Exercise materials -
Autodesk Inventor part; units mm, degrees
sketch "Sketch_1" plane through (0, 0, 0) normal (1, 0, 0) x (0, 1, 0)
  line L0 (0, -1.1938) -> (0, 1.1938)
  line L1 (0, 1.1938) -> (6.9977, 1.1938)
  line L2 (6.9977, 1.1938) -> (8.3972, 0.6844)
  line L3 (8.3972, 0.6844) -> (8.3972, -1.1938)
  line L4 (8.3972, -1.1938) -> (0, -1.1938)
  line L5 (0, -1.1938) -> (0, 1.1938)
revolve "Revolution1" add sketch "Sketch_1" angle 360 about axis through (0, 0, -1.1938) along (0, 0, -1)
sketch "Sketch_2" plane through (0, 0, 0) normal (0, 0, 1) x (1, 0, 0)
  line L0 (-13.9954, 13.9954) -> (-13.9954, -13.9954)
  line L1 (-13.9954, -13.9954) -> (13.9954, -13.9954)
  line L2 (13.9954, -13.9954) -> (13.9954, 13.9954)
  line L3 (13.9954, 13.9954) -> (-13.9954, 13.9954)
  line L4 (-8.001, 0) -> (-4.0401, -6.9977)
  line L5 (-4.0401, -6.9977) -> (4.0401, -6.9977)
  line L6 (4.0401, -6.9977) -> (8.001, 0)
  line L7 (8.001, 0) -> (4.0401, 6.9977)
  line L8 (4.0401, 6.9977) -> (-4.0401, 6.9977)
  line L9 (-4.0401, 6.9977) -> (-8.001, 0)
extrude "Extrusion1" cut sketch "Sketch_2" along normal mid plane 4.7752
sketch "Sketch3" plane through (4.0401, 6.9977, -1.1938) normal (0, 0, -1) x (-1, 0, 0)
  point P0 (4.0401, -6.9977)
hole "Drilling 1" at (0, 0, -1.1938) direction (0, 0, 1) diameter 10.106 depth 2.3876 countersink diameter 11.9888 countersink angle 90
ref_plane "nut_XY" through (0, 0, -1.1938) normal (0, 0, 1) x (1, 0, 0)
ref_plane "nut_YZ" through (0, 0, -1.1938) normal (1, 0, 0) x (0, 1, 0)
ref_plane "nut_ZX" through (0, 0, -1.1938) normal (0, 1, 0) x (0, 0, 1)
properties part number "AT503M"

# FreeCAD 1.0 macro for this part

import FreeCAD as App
import Part
import Sketcher
from FreeCAD import Vector
Q = App.Units.Quantity

doc = App.newDocument("Part")
body = doc.addObject("PartDesign::Body", "Body")

sketch1 = body.newObject("Sketcher::SketchObject", "Sketch")
sketch1.AttachmentSupport = (doc.getObject("YZ_Plane"), [""])
sketch1.MapMode = "FlatFace"
sketch1.addGeometry([
    Part.LineSegment(Vector(0, 1.1938, 0), Vector(0, -1.1938, 0)),
    Part.LineSegment(Vector(0, -1.1938, 0), Vector(8.3972, -1.1938, 0)),
    Part.LineSegment(Vector(8.3972, -1.1938, 0), Vector(8.3972, 0.6844, 0)),
    Part.LineSegment(Vector(8.3972, 0.6844, 0), Vector(6.9977, 1.1938, 0)),
    Part.LineSegment(Vector(6.9977, 1.1938, 0), Vector(0, 1.1938, 0)),
], False)
sketch1.addConstraint([
    Sketcher.Constraint("Coincident", 0, 2, 1, 1),
    Sketcher.Constraint("Coincident", 1, 2, 2, 1),
    Sketcher.Constraint("Coincident", 2, 2, 3, 1),
    Sketcher.Constraint("Coincident", 3, 2, 4, 1),
    Sketcher.Constraint("Coincident", 4, 2, 0, 1),
    Sketcher.Constraint("Vertical", 0),
    Sketcher.Constraint("Horizontal", 1),
    Sketcher.Constraint("Vertical", 2),
    Sketcher.Constraint("Horizontal", 4),
    Sketcher.Constraint("Symmetric", 0, 2, 4, 2, -1, 1),
    Sketcher.Constraint("Angle", 3, Q("159.9991 deg")),
    Sketcher.Constraint("DistanceY", 0, 2, 0, 1, Q("0.094 in")),
    Sketcher.Constraint("DistanceX", 1, 1, 1, 2, Q("0.3306 in")),
    Sketcher.Constraint("DistanceX", 4, 2, 4, 1, Q("0.2755 in")),
])
revolution = body.newObject("PartDesign::Revolution", "Revolution")
revolution.Profile = sketch1
revolution.ReferenceAxis = (sketch1, ["V_Axis"])
revolution.Angle = 360

sketch2 = body.newObject("Sketcher::SketchObject", "Sketch001")
sketch2.AttachmentSupport = (doc.getObject("XY_Plane"), [""])
sketch2.MapMode = "FlatFace"
sketch2.addGeometry([
    Part.LineSegment(Vector(13.9954, 13.9954, 0), Vector(-13.9954, 13.9954, 0)),
    Part.LineSegment(Vector(-13.9954, 13.9954, 0), Vector(-13.9954, -13.9954, 0)),
    Part.LineSegment(Vector(-13.9954, -13.9954, 0), Vector(13.9954, -13.9954, 0)),
    Part.LineSegment(Vector(13.9954, -13.9954, 0), Vector(13.9954, 13.9954, 0)),
    Part.LineSegment(Vector(-4.0401, -6.9977, 0), Vector(-8.001, 0, 0)),
    Part.LineSegment(Vector(-8.001, 0, 0), Vector(-4.0401, 6.9977, 0)),
    Part.LineSegment(Vector(-4.0401, 6.9977, 0), Vector(4.0401, 6.9977, 0)),
    Part.LineSegment(Vector(4.0401, 6.9977, 0), Vector(8.001, 0, 0)),
    Part.LineSegment(Vector(8.001, 0, 0), Vector(4.0401, -6.9977, 0)),
    Part.LineSegment(Vector(4.0401, -6.9977, 0), Vector(-4.0401, -6.9977, 0)),
], False)
sketch2.addConstraint([
    Sketcher.Constraint("Coincident", 0, 2, 1, 1),
    Sketcher.Constraint("Coincident", 1, 2, 2, 1),
    Sketcher.Constraint("Coincident", 2, 2, 3, 1),
    Sketcher.Constraint("Coincident", 3, 2, 0, 1),
    Sketcher.Constraint("Coincident", 4, 2, 5, 1),
    Sketcher.Constraint("Coincident", 5, 2, 6, 1),
    Sketcher.Constraint("Coincident", 6, 2, 7, 1),
    Sketcher.Constraint("Coincident", 7, 2, 8, 1),
    Sketcher.Constraint("Coincident", 8, 2, 9, 1),
    Sketcher.Constraint("Coincident", 9, 2, 4, 1),
    Sketcher.Constraint("Horizontal", 0),
    Sketcher.Constraint("Vertical", 1),
    Sketcher.Constraint("Horizontal", 2),
    Sketcher.Constraint("Vertical", 3),
    Sketcher.Constraint("Horizontal", 6),
    Sketcher.Constraint("Horizontal", 9),
    Sketcher.Constraint("Symmetric", 0, 2, 2, 2, -1, 1),
    Sketcher.Constraint("Symmetric", 4, 2, 7, 2, -1, 1),
    Sketcher.Constraint("Symmetric", 5, 2, 8, 2, -1, 1),
    Sketcher.Constraint("PointOnObject", 4, 2, -1),
    Sketcher.Constraint("Parallel", 4, 7),
    Sketcher.Constraint("Vertical", 6, 2, 8, 2),
    Sketcher.Constraint("Equal", 2, 1),
    Sketcher.Constraint("DistanceX", 0, 2, 0, 1, Q("1.102 in")),
    Sketcher.Constraint("Angle", 4, Q("119.511 deg")),
    Sketcher.Constraint("DistanceX", 4, 2, 7, 2, Q("0.63 in")),
    Sketcher.Constraint("DistanceY", 8, 2, 6, 2, Q("0.551 in")),
])
pocket1 = body.newObject("PartDesign::Pocket", "Pocket")
pocket1.Profile = sketch2
pocket1.Length = Q("0.188 in")
pocket1.Midplane = True

sketch3 = body.newObject("Sketcher::SketchObject", "Sketch002")
sketch3.AttachmentSupport = (doc.getObject("XY_Plane"), [""])
sketch3.MapMode = "FlatFace"
sketch3.AttachmentOffset = App.Placement(Vector(0, 0, -0.047 * 25.4), App.Rotation())
sketch3.addGeometry(Part.Circle(Vector(0, 0, 0), Vector(0, 0, 1), 5.053), False)
sketch3.addConstraint([
    Sketcher.Constraint("Coincident", 0, 3, -1, 1),
    Sketcher.Constraint("Diameter", 0, 10.106),
])
doc.recompute()
hole = body.newObject("PartDesign::Hole", "Hole")
hole.Profile = sketch3
hole.ThreadType = "None"
hole.Diameter = 10.106
hole.DepthType = "Dimension"
hole.Depth = Q("0.094 in")
hole.DrillPoint = "Flat"
hole.HoleCutType = "Countersink"
hole.HoleCutDiameter = Q("0.472 in")
hole.HoleCutCountersinkAngle = 90
hole.Reversed = True

doc.recompute()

Task requirements -
Among the lines above, list those that contain the word "along".

Result -
revolve "Revolution1" add sketch "Sketch_1" angle 360 about axis through (0, 0, -1.1938) along (0, 0, -1)
extrude "Extrusion1" cut sketch "Sketch_2" along normal mid plane 4.7752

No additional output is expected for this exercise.